So after Nadal won that first French Open, the newly converted Rafa fans (what an annoying nickname) began coming out of the woodwork. And since everybody knows me as the “tennis guy”, they bombarded me with their take El Matador. When all I wanted was a large pepperoni and mushroom to go, my pizza guy couldn’t stop talking about “that new Spanish guy”. “Did you see him, Chris? He was awesome! He runs down everything!” Now since my pizza guy is 250 pounds, and can't even run down a second packet of parmasean cheese, I don't know how he should get any opinion on another person's quickness. But I listened patiently, bit my tongue, and once he was finished, blurted back, “Trust me, that guy won’t make it past the second round of Wimbledon.” This really depressed Joe The Pizza Guy. He never looked at me the same after that. But it didn't matter. I was right. Nadal lost in the second round of Wimbledon. Another flash in the pan.

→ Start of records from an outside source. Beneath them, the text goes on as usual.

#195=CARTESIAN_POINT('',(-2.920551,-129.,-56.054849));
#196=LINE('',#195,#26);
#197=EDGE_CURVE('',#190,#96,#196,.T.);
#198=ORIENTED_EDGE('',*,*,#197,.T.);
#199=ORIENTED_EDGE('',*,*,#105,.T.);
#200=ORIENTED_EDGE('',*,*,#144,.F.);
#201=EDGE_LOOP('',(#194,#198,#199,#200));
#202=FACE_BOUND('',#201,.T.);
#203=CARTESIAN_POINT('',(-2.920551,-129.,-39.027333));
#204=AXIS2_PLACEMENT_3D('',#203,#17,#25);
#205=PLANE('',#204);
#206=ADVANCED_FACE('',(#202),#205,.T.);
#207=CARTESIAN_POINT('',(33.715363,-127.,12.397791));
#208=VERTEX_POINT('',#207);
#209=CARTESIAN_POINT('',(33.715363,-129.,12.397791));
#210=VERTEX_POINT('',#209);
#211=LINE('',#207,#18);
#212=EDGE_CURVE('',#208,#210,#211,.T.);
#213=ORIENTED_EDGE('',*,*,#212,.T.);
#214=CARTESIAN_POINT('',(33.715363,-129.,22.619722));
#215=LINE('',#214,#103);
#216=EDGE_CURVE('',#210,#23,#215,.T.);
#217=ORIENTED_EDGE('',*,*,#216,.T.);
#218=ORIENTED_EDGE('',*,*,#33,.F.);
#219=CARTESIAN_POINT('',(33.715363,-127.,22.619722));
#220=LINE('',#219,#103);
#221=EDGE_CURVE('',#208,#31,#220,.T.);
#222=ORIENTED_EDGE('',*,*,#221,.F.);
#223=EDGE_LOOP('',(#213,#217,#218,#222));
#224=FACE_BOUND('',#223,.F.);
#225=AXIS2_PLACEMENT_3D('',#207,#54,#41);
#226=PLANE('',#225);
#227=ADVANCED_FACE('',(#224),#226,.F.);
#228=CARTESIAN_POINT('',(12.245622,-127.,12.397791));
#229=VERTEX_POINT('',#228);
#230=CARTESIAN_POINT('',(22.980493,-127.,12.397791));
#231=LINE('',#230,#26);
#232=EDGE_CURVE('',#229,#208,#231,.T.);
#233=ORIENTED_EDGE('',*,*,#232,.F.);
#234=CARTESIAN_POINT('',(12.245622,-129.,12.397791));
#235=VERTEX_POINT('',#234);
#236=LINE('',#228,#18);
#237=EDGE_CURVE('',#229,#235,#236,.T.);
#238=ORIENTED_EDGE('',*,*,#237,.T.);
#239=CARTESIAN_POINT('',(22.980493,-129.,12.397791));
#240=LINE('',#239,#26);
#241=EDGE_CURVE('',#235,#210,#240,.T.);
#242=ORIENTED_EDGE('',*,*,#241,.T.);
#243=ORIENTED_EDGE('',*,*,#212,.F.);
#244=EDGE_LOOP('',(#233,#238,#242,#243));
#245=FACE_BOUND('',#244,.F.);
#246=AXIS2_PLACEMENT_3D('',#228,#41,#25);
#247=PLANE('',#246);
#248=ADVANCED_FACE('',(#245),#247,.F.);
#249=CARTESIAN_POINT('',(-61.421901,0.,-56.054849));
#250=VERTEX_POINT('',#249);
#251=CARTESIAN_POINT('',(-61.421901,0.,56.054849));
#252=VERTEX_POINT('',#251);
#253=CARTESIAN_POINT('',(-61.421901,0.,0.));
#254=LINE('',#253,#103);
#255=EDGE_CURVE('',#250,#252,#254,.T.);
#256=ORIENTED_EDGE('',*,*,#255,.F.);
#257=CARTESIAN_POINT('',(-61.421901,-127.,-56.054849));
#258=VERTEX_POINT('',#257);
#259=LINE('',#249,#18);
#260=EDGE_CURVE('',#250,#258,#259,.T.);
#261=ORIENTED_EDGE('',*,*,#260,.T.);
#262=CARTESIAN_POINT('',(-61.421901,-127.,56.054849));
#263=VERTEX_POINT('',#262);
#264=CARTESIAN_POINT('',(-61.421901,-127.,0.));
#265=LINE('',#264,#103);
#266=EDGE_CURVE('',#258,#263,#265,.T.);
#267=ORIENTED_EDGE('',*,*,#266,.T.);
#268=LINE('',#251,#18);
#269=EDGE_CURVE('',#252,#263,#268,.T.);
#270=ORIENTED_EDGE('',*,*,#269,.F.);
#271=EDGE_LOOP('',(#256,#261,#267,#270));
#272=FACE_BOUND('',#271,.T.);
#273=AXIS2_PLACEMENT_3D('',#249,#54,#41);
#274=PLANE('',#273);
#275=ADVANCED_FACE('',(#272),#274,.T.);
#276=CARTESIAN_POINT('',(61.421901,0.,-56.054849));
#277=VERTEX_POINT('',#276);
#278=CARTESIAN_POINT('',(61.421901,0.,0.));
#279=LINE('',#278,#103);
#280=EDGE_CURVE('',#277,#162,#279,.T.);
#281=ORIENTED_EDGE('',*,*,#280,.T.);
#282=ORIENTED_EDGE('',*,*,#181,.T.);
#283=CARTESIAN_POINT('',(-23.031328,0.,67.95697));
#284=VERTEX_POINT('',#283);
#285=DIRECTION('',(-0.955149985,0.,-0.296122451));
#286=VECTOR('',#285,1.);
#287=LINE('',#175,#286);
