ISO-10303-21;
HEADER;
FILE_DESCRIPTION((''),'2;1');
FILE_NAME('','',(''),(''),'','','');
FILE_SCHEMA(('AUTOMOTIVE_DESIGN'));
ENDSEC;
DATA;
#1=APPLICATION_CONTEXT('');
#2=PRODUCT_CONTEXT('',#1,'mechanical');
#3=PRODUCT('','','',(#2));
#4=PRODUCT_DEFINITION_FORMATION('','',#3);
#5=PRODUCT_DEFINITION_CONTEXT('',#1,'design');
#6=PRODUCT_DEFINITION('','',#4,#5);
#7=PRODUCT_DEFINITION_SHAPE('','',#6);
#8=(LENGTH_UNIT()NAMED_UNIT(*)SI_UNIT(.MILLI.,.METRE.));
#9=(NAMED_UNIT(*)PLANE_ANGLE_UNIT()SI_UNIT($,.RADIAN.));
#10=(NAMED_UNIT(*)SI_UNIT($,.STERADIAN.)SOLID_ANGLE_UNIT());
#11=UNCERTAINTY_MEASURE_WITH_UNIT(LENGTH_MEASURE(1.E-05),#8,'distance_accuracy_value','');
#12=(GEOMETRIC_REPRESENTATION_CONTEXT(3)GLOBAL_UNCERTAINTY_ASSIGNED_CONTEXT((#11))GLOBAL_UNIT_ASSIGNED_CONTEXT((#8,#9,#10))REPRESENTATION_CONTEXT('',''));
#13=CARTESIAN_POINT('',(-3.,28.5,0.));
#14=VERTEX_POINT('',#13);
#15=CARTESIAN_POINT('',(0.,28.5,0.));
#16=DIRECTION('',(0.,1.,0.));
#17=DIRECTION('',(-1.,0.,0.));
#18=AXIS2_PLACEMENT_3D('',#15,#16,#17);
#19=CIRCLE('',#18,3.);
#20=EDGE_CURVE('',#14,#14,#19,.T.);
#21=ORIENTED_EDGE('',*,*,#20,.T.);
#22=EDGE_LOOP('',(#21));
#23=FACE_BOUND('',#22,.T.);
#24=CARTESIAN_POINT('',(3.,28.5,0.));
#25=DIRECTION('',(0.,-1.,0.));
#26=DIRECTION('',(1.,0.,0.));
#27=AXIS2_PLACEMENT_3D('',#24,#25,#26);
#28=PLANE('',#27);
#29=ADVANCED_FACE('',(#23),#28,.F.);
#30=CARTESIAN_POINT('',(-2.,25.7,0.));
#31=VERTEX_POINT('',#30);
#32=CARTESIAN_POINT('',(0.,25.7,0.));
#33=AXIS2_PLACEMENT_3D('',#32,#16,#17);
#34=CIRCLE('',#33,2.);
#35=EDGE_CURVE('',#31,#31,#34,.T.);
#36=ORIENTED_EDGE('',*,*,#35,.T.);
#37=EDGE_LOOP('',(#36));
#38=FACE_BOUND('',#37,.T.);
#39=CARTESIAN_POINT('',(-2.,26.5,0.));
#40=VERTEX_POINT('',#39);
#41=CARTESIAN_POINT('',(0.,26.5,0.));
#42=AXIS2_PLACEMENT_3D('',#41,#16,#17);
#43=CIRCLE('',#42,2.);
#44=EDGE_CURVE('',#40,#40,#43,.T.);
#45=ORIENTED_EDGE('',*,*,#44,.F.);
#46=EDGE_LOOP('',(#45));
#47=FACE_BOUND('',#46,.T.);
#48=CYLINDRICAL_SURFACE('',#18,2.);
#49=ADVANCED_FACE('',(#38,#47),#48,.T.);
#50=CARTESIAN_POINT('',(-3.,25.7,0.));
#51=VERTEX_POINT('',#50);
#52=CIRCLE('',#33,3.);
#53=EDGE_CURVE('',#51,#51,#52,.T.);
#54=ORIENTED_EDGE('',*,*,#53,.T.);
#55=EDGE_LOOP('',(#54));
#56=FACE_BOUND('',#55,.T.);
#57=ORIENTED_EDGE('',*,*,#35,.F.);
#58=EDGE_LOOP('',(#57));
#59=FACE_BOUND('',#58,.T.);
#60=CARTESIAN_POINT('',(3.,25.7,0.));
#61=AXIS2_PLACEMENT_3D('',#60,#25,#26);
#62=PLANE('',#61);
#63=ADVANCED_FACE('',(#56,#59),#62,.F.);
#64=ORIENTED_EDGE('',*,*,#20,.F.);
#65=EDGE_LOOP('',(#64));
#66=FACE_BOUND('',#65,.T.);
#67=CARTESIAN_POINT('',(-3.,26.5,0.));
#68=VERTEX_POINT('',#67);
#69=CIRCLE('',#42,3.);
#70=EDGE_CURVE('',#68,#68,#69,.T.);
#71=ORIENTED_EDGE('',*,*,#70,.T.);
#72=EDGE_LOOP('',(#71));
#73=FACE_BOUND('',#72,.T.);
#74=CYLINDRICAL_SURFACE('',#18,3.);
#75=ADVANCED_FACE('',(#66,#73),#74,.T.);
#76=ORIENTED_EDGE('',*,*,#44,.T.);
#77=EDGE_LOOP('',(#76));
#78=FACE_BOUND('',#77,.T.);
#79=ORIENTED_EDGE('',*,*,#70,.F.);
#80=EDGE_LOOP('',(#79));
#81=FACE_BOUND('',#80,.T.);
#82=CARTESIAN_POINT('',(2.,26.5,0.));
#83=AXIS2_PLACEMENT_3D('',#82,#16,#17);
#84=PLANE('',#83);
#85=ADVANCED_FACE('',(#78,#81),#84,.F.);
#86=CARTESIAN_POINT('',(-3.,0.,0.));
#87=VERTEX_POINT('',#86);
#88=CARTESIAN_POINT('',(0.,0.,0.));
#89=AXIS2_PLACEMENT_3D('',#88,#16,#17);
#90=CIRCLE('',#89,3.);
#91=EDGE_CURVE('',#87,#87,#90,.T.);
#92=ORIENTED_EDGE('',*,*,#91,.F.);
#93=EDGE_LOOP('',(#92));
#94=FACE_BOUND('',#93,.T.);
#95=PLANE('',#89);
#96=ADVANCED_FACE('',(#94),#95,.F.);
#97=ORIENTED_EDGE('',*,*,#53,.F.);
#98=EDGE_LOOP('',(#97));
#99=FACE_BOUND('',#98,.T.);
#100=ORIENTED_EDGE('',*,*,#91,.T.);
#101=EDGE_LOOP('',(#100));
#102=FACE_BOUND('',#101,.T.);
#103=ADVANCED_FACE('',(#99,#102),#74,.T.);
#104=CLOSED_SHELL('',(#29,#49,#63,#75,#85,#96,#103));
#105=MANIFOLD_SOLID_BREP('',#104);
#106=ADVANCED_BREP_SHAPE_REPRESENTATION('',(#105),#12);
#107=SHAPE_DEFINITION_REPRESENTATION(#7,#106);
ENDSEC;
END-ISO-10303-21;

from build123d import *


with BuildPart() as part:
    # Sketch1 → Revolve1 (revolve)
    with BuildSketch(Plane.XY, mode=Mode.PRIVATE) as revolve1_sk:
        Polygon((3, 0), (3, 25.7), (2, 25.7), (2, 26.5), (3, 26.5), (3, 28.5), (0, 28.5), (0, 0), align=None)
    revolve(revolve1_sk.sketch.rotate(Axis((0, 28.5, 0), (0, -1, 0)), 180), axis=Axis((0, 28.5, 0), (0, -1, 0)))


solid = part.part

And for all intents and purposes, Nadaley was a flash in the pan. He’d win all those pointless clay court tournaments, but couldn’t win on any other surface. We call these players “specialists” and they do not deserve to be in the conversations of great players. Great players win on every surface (Agassi). Of course since tennis desperately needs stars, the media hyped him up. So when he came around to the French again and annoyed his way to the championship, everybody seemed to forget the fact that he was a non-factor in every other Grand Slam.

I didn’t forget.

In the meantime, tennis put more effort into making this guy a star than it would take to actually travel to a star. Because he does steroids he started growing muscles. His boyish features became so cro-magnum like, I originally thought he was the star of those Geico caveman commercials. But his “wild” pre-match routine of running onto the court and bouncing around like a boxer captured the imagination of millions – especially Mary Carillo, who very well be the most annoying person in the universe. But then something happened. Something the media wasn’t expecting. Despite all their hype, despite all their adoration… Rafael, surprise-surprise, didn’t have a personality. In fact, he was so boring, that his 2 minute post-match interviews were approved by the FDA as sleeping aids. God was the guy dull. And I’m sure there are many of you who will rush to his defense claiming, “English isn’t his first language!” You know what, it isn’t Novak Djokovic’s first language either – but he seems to have a pretty easy time displaying personality, doesn't he? So what that left us with was an annoying caveman, who only wins on one surface, who wears girl pants, who takes steroids, and who doesn’t have a personality. Gee, sign me up for the future of tennis!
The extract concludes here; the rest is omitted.